TASK BRIEF: The reply to the records below should contain exactly the lines from the line with "v26 (4.637638,30.539239,30.190416)" through the line with "e31 v29 v28 LINE", and nothing besides.

Data entries

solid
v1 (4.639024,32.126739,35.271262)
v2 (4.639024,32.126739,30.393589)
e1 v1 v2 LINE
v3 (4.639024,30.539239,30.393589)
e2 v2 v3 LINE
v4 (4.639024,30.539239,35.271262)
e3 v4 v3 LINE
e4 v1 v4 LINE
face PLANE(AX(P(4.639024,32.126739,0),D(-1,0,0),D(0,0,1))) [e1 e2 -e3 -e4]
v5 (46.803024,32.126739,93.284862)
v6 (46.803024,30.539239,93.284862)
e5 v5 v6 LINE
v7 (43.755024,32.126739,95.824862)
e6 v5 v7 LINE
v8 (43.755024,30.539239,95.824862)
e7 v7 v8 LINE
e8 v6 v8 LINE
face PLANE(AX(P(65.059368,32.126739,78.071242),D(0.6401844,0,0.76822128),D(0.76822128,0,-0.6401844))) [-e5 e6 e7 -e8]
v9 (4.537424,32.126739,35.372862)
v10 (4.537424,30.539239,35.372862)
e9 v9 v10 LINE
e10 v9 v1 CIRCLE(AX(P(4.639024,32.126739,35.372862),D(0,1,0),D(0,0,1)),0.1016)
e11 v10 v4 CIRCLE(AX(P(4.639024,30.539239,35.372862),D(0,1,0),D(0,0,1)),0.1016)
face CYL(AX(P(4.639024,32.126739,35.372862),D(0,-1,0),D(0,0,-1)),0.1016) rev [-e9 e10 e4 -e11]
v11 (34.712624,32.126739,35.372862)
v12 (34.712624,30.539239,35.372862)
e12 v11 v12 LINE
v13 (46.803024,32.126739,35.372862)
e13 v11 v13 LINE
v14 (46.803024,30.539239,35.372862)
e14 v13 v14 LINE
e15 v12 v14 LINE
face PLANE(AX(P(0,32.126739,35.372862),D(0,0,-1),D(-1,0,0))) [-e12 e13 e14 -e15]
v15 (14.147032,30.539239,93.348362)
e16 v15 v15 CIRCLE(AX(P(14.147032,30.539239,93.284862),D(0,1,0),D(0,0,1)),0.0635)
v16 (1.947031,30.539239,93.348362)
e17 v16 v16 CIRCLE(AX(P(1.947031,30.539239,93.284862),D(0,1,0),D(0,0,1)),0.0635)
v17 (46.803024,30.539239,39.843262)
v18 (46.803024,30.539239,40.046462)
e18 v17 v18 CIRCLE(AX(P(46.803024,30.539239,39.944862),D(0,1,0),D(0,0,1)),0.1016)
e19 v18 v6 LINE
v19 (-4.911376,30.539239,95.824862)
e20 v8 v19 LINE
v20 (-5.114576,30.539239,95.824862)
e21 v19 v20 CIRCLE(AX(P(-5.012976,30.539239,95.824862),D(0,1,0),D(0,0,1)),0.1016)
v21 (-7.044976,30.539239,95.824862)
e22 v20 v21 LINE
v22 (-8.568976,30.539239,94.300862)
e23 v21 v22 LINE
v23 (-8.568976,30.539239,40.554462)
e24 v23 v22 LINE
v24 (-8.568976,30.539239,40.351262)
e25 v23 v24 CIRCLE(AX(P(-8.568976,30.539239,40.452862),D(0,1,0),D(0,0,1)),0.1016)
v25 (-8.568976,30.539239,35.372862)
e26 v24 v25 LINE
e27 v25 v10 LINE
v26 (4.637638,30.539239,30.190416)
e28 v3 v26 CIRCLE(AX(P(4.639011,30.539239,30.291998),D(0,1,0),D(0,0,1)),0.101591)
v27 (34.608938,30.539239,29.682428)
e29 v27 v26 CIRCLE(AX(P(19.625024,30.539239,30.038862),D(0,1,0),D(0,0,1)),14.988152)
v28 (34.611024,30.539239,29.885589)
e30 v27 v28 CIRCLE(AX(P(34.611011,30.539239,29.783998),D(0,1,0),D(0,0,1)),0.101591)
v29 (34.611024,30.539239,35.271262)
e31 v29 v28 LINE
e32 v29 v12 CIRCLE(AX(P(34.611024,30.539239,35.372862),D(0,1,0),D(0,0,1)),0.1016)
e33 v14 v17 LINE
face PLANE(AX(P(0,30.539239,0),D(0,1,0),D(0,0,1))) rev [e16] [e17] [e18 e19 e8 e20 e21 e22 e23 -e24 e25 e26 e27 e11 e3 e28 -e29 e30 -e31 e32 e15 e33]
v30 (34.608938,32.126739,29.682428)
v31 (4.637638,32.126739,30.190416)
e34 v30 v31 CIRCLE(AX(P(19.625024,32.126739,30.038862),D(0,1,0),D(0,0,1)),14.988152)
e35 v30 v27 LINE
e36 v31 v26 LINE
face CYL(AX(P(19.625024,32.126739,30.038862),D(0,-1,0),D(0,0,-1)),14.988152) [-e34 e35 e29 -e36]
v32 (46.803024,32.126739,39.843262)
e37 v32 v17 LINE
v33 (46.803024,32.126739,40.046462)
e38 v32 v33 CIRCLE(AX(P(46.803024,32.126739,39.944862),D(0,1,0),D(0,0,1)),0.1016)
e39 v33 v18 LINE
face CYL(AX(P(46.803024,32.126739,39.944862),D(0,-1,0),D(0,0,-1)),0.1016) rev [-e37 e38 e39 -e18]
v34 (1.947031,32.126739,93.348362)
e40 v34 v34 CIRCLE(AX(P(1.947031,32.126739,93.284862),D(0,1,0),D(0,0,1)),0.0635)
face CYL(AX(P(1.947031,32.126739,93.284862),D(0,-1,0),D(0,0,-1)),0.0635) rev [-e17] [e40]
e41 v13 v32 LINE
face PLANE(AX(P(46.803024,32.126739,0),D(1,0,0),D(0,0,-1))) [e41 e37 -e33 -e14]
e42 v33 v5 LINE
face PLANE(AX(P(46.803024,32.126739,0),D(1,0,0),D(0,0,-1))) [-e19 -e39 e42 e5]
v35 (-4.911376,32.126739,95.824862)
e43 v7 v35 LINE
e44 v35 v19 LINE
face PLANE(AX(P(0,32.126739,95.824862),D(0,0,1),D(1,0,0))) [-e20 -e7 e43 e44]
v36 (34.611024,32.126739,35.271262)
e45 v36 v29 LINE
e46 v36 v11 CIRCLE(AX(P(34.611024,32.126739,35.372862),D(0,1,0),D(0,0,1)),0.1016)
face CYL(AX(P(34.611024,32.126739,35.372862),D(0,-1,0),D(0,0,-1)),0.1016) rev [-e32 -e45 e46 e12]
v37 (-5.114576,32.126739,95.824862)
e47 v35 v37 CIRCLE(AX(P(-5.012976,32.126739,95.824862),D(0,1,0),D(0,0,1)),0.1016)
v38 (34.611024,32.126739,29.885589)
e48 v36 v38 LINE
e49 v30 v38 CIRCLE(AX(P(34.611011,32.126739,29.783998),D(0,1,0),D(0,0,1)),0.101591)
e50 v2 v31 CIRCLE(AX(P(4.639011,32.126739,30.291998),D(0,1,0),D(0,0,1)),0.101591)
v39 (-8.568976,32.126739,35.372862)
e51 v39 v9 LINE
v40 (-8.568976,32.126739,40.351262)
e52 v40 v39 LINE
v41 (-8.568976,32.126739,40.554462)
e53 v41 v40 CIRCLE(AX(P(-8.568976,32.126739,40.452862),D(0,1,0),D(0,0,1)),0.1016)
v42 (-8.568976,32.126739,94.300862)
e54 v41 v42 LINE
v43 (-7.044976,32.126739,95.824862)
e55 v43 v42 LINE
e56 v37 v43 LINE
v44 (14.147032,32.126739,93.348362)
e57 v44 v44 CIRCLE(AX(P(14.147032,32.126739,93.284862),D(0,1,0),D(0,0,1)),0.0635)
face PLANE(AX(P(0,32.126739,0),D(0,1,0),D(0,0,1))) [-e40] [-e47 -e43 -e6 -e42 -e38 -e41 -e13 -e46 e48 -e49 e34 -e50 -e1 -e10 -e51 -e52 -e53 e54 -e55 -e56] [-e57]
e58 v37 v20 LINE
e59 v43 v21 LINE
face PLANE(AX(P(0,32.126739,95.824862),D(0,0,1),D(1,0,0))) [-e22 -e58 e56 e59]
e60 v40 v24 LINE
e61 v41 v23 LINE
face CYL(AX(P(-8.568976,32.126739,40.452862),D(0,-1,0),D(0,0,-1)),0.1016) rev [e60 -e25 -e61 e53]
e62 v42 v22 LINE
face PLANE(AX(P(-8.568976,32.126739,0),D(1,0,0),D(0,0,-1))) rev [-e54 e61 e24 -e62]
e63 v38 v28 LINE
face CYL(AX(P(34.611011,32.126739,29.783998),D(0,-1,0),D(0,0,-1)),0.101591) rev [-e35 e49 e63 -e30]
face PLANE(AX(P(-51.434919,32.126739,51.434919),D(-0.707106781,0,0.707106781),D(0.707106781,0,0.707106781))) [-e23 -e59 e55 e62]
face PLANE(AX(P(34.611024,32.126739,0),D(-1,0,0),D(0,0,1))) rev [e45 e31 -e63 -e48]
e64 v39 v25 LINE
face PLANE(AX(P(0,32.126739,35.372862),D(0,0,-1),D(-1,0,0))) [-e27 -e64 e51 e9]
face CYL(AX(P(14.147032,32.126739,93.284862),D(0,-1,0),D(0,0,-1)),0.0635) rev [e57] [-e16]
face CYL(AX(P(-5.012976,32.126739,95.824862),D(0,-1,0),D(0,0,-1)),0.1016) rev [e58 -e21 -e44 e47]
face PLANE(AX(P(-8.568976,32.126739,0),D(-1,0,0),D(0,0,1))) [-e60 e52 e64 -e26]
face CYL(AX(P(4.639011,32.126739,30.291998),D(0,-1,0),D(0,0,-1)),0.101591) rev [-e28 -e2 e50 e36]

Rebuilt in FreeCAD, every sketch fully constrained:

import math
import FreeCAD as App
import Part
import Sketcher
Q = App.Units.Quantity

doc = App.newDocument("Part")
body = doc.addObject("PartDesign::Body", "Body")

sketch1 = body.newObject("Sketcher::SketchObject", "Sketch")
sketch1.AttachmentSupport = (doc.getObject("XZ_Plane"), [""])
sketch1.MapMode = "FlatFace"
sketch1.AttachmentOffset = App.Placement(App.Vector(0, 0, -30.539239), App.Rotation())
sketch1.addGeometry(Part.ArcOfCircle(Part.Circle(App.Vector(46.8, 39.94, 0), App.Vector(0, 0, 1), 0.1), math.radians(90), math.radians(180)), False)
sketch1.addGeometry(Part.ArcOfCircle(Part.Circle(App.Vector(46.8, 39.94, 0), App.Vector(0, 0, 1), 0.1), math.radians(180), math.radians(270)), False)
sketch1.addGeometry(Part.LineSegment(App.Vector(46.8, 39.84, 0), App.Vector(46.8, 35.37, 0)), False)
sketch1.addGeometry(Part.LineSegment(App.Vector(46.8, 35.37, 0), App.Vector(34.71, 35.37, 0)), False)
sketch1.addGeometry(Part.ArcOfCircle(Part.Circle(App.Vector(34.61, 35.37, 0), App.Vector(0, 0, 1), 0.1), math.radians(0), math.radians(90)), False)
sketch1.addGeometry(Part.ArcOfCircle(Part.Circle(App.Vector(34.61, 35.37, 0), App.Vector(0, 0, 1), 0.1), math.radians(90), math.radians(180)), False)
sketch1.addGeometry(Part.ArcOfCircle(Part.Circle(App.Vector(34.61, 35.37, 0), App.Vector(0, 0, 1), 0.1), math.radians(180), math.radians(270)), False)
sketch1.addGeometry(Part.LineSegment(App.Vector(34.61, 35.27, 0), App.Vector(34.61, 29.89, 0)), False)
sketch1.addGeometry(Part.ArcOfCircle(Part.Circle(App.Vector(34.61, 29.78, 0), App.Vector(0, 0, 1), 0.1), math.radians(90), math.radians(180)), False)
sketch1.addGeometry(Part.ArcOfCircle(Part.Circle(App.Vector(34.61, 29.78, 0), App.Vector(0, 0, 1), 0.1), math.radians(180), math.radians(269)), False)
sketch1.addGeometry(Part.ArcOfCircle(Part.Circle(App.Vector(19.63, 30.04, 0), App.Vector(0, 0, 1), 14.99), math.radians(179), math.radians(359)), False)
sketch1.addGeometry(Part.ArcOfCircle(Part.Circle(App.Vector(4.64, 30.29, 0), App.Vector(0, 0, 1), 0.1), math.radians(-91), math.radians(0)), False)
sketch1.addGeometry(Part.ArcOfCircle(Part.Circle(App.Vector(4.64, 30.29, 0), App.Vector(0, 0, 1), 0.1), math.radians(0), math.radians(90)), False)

REPLY TO THE TASK:
v26 (4.637638,30.539239,30.190416)
e28 v3 v26 CIRCLE(AX(P(4.639011,30.539239,30.291998),D(0,1,0),D(0,0,1)),0.101591)
v27 (34.608938,30.539239,29.682428)
e29 v27 v26 CIRCLE(AX(P(19.625024,30.539239,30.038862),D(0,1,0),D(0,0,1)),14.988152)
v28 (34.611024,30.539239,29.885589)
e30 v27 v28 CIRCLE(AX(P(34.611011,30.539239,29.783998),D(0,1,0),D(0,0,1)),0.101591)
v29 (34.611024,30.539239,35.271262)
e31 v29 v28 LINE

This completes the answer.